Researchers investigating the ancient mountain fortress of Rabana-Merquly in Iraqi Kurdistan have been shedding light on the Parthian-era centre, potentially identifying it as the royal city of Natounia, a place only known from seven coins.

High in the Zagros Mountains, the large complex contains two main settlements (Rabana and Merquly) inside nearly 4km-long fortifications. It was located close to the eastern border of Adiabene, a vassal kingdom under the sway of the Parthian Empire, which controlled parts of Iran and Mesopotamia between the 3rd century BC and the 3rd century AD. As part of an international project looking at the ancient Iranian highlands, archaeologists have mapped the site using drones and carried out excavations between 2009 and 2022.
So far, rectangular buildings – possibly barracks – have been identified, offering important evidence of Partho-Sasanian military architecture and planning, as Michael Brown, Kamal Rasheed Raheem, and Hashim Hama Abdullah note in their recently published study in Antiquity (doi.org/10.15184/aqy.2022.74). The scale of the site makes it likely that there was official state involvement in building and running Rabana-Merquly and its military structures, which, the authors write, challenges ‘the prevailing notion of an inherently weak Parthian state.’
Brown, of Heidelberg University, said, ‘There does appear to have been a particular focus on fortification building in the Zagros region during the Parthian and Sasanian periods. This was to a large extent due to geopolitical factors and in particular controlling strategic overland communications through the highlands between the Iranian plateau and the Mesopotamian plain.’ Based on the architectural association between Rabana-Merquly’s rock reliefs, fortifications, and settlements, and some specific types of pottery, the team have tentatively dated the site’s main building phase to the 1st century BC.

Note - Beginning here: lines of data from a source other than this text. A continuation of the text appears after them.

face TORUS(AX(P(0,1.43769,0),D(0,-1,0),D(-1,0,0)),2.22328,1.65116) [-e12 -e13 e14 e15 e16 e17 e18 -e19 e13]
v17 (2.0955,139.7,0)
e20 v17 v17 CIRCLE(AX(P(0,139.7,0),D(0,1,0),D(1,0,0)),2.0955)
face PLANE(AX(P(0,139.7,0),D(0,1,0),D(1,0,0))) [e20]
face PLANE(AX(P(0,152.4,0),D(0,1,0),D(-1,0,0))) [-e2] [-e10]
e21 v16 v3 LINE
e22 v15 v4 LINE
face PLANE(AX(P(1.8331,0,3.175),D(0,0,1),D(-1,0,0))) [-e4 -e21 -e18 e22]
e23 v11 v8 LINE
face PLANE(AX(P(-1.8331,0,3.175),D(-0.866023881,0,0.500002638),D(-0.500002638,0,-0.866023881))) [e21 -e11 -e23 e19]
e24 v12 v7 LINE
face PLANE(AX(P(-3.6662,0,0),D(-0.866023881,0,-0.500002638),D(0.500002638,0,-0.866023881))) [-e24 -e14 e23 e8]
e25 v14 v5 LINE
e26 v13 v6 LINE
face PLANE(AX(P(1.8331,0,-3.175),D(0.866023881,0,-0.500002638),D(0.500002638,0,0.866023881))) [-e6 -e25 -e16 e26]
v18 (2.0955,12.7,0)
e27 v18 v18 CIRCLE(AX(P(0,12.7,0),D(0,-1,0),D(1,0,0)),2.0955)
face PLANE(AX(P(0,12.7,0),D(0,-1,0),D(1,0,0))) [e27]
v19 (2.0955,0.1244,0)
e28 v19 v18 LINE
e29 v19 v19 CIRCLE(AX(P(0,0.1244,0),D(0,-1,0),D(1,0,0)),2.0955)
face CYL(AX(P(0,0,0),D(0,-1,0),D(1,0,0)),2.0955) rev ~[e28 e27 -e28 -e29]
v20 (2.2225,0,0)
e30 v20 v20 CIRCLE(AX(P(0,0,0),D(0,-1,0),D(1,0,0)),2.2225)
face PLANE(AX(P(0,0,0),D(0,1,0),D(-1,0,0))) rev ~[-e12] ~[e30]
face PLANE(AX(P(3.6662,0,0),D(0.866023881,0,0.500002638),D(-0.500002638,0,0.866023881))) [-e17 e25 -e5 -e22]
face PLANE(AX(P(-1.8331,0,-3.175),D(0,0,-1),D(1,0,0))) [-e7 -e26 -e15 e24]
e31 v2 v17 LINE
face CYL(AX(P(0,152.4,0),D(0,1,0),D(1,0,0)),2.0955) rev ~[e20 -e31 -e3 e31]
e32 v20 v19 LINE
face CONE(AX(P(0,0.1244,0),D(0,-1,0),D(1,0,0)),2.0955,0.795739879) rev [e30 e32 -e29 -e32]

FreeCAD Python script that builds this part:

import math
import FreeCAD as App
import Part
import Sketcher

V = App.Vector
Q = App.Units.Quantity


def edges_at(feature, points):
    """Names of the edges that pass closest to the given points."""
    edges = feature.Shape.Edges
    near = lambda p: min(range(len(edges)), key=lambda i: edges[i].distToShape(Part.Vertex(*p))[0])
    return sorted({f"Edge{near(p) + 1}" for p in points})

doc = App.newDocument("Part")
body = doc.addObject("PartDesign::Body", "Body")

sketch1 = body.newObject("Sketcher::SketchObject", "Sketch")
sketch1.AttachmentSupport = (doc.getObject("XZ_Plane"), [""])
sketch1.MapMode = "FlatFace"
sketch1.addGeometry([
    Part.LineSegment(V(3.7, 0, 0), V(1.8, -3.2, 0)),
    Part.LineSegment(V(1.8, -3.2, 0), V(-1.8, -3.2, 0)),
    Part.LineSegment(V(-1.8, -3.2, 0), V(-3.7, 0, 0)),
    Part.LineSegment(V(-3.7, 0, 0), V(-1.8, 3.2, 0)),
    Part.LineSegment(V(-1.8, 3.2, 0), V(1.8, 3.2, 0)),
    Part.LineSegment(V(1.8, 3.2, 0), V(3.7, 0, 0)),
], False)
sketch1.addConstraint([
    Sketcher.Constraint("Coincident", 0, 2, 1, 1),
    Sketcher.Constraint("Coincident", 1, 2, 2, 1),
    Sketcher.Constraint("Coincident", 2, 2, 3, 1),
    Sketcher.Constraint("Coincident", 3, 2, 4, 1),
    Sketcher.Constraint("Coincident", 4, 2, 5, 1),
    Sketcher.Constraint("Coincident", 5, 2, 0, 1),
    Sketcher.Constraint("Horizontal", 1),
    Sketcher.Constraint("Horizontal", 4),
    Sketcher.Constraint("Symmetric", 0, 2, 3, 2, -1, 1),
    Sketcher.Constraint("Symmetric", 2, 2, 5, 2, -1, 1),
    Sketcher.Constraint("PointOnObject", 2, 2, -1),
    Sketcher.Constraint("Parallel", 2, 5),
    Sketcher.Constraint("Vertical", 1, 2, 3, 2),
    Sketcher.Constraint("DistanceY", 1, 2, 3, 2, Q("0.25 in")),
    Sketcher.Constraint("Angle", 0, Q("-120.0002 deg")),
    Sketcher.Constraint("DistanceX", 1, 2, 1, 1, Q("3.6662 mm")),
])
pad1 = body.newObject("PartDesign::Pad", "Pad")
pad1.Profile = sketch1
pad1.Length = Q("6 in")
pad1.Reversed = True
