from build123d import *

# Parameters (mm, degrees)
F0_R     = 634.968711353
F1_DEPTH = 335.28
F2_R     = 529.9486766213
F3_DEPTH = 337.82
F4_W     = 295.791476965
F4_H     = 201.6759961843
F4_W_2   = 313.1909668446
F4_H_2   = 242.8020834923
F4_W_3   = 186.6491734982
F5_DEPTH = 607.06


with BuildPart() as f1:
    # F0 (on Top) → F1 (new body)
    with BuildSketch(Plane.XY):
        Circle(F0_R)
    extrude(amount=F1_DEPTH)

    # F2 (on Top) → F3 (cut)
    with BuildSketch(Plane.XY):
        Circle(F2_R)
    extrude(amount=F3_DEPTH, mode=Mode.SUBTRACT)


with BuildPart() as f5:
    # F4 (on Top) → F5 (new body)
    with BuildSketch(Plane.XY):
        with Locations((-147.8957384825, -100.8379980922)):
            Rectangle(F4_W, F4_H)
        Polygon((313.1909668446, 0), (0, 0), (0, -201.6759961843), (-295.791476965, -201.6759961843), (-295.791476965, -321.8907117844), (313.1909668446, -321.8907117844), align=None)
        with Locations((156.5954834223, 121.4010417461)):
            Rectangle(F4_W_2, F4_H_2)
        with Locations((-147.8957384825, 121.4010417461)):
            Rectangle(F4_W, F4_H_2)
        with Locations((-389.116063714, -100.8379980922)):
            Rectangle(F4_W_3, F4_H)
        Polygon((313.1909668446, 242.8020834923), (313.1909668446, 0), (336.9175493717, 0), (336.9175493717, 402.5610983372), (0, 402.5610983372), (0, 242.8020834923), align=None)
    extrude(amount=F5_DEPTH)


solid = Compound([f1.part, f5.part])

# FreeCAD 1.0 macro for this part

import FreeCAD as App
import Part
import Sketcher
from FreeCAD import Vector
Q = App.Units.Quantity


def add_polygon(sketch, points):
    """Adds a closed chain of lines whose ends are joined by coincident constraints."""
    first, n = sketch.GeometryCount, len(points)
    for a, b in zip(points, points[1:] + points[:1]):
        sketch.addGeometry(Part.LineSegment(App.Vector(*a, 0), App.Vector(*b, 0)), False)
    for i in range(n):
        sketch.addConstraint(Sketcher.Constraint("Coincident", first + i, 2, first + (i + 1) % n, 1))

doc = App.newDocument("Part")
body = doc.addObject("PartDesign::Body", "Body")

# Sketch on XY plane
sketch1 = body.newObject("Sketcher::SketchObject", "Sketch")
sketch1.AttachmentSupport = (doc.getObject("XY_Plane"), [""])
sketch1.MapMode = "FlatFace"
sketch1.addGeometry(Part.Circle(Vector(0, 0, 0), Vector(0, 0, 1), 634.968711), False)
sketch1.addConstraint(Sketcher.Constraint("Coincident", 0, 3, -1, 1))
sketch1.addConstraint(Sketcher.Constraint("Diameter", 0, Q("1269.937423 mm")))
pad1 = body.newObject("PartDesign::Pad", "Pad")
pad1.Profile = sketch1
pad1.Length = Q("13.2 in")

# Sketch on XY plane
sketch2 = body.newObject("Sketcher::SketchObject", "Sketch001")
sketch2.AttachmentSupport = (doc.getObject("XY_Plane"), [""])
sketch2.MapMode = "FlatFace"
sketch2.addGeometry(Part.Circle(Vector(0, 0, 0), Vector(0, 0, 1), 529.948677), False)
sketch2.addConstraint(Sketcher.Constraint("Coincident", 0, 3, -1, 1))
sketch2.addConstraint(Sketcher.Constraint("Diameter", 0, Q("1059.897353 mm")))
pocket1 = body.newObject("PartDesign::Pocket", "Pocket")
pocket1.Profile = sketch2
pocket1.Length = Q("13.3 in")
pocket1.Reversed = True
body2 = doc.addObject("PartDesign::Body", "Body001")

# Sketch on XY plane
sketch3 = body2.newObject("Sketcher::SketchObject", "Sketch002")
sketch3.AttachmentSupport = (doc.getObject("XY_Plane001"), [""])
sketch3.MapMode = "FlatFace"
add_polygon(sketch3, [(-295.791477, -321.890712), (313.190967, -321.890712), (313.190967, 0), (336.917549, 0), (336.917549, 402.561098), (0, 402.561098), (0, 242.802083), (-295.791477, 242.802083), (-295.791477, 0), (-482.44065, 0), (-482.44065, -201.675996), (-295.791477, -201.675996)])  # lines 0-11
sketch3.addConstraint(Sketcher.Constraint("Horizontal", 0))
sketch3.addConstraint(Sketcher.Constraint("Vertical", 1))
sketch3.addConstraint(Sketcher.Constraint("Horizontal", 2))
sketch3.addConstraint(Sketcher.Constraint("Vertical", 3))
sketch3.addConstraint(Sketcher.Constraint("Horizontal", 4))
sketch3.addConstraint(Sketcher.Constraint("Vertical", 5))
sketch3.addConstraint(Sketcher.Constraint("Horizontal", 6))
sketch3.addConstraint(Sketcher.Constraint("Vertical", 7))
sketch3.addConstraint(Sketcher.Constraint("Horizontal", 8))
sketch3.addConstraint(Sketcher.Constraint("Vertical", 9))
sketch3.addConstraint(Sketcher.Constraint("Horizontal", 10))
sketch3.addConstraint(Sketcher.Constraint("Vertical", 11))
sketch3.addConstraint(Sketcher.Constraint("PointOnObject", 1, 2, -1))
sketch3.addConstraint(Sketcher.Constraint("PointOnObject", 4, 2, -2))
sketch3.addConstraint(Sketcher.Constraint("PointOnObject", 7, 2, -1))
sketch3.addConstraint(Sketcher.Constraint("Vertical", 7, 2, 10, 2))
sketch3.addConstraint(Sketcher.Constraint("DistanceY", 9, 2, 9, 1, Q("7.9399998 in")))
sketch3.addConstraint(Sketcher.Constraint("DistanceY", 0, 2, 5, 2, Q("22.2319998 in")))
sketch3.addConstraint(Sketcher.Constraint("DistanceY", 3, 1, 3, 2, Q("402.561098 mm")))
sketch3.addConstraint(Sketcher.Constraint("DistanceX", 4, 2, 4, 1, Q("336.917549 mm")))
sketch3.addConstraint(Sketcher.Constraint("DistanceY", 1, 1, 1, 2, Q("321.890712 mm")))
sketch3.addConstraint(Sketcher.Constraint("DistanceX", 0, 1, 0, 2, Q("608.982444 mm")))
sketch3.addConstraint(Sketcher.Constraint("DistanceX", 2, 1, 2, 2, Q("23.726583 mm")))
sketch3.addConstraint(Sketcher.Constraint("DistanceX", 8, 2, 8, 1, Q("186.649173 mm")))
pad2 = body2.newObject("PartDesign::Pad", "Pad001")
pad2.Profile = sketch3
pad2.Length = Q("23.9 in")

doc.recompute()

As well as the date, the rock reliefs also provide a clue as to the ancient identity of Rabana-Merquly. Two rock reliefs stand at the fortress’s gated entrances, each depicting a ruler in Parthian-style dress. A similar likeness of a king of Adiabene, named ʾtlw/Attalos, comes from the Parthian city of Hatra, 230km away, and its inscription mentions his ancestor and founder of the Adiabene dynasty, Ntwn ͗šr/Natounissar. A place-name combining this king’s name and the Parthian word for a fortification or moat, ‘Natounissarokerta’, appears on a handful of bronze coins. Coins give us the only references to this city, its other name ‘Natounia’, and its description ‘on the Kapros’ (as the Lower Zab River was known in antiquity). Rababa-Merquly lies within the Lower Zab watershed, so it is possible that this could be the ‘fortification of Natounissar’ ‘on the Kapros’ known from coins. It may be the city’s founder, Natounissar or a descendant, that we see in the rock reliefs.
In addition to military structures, excavations in 2017 found a stone structure with a staircase cut into the rock and an altar in a niche nearby. Located at the point of an occasional waterfall, this complex at Rabana could be a sanctuary, tentatively associated with the Zoroastrian water goddess Anahita. The site, suggests Brown, ‘may have also been a place of pilgrimage, in addition to acting as a refugium for surrounding communities.’
The different roles of Rabana-Marquly and other fortified centres with a mix of buildings, like Qalʾeh-i Yazdigird in Iran’s Kermanshah province (which also has a sanctuary), are something the team will work to try to understand as the research project, funded by the German Research Foundation, continues.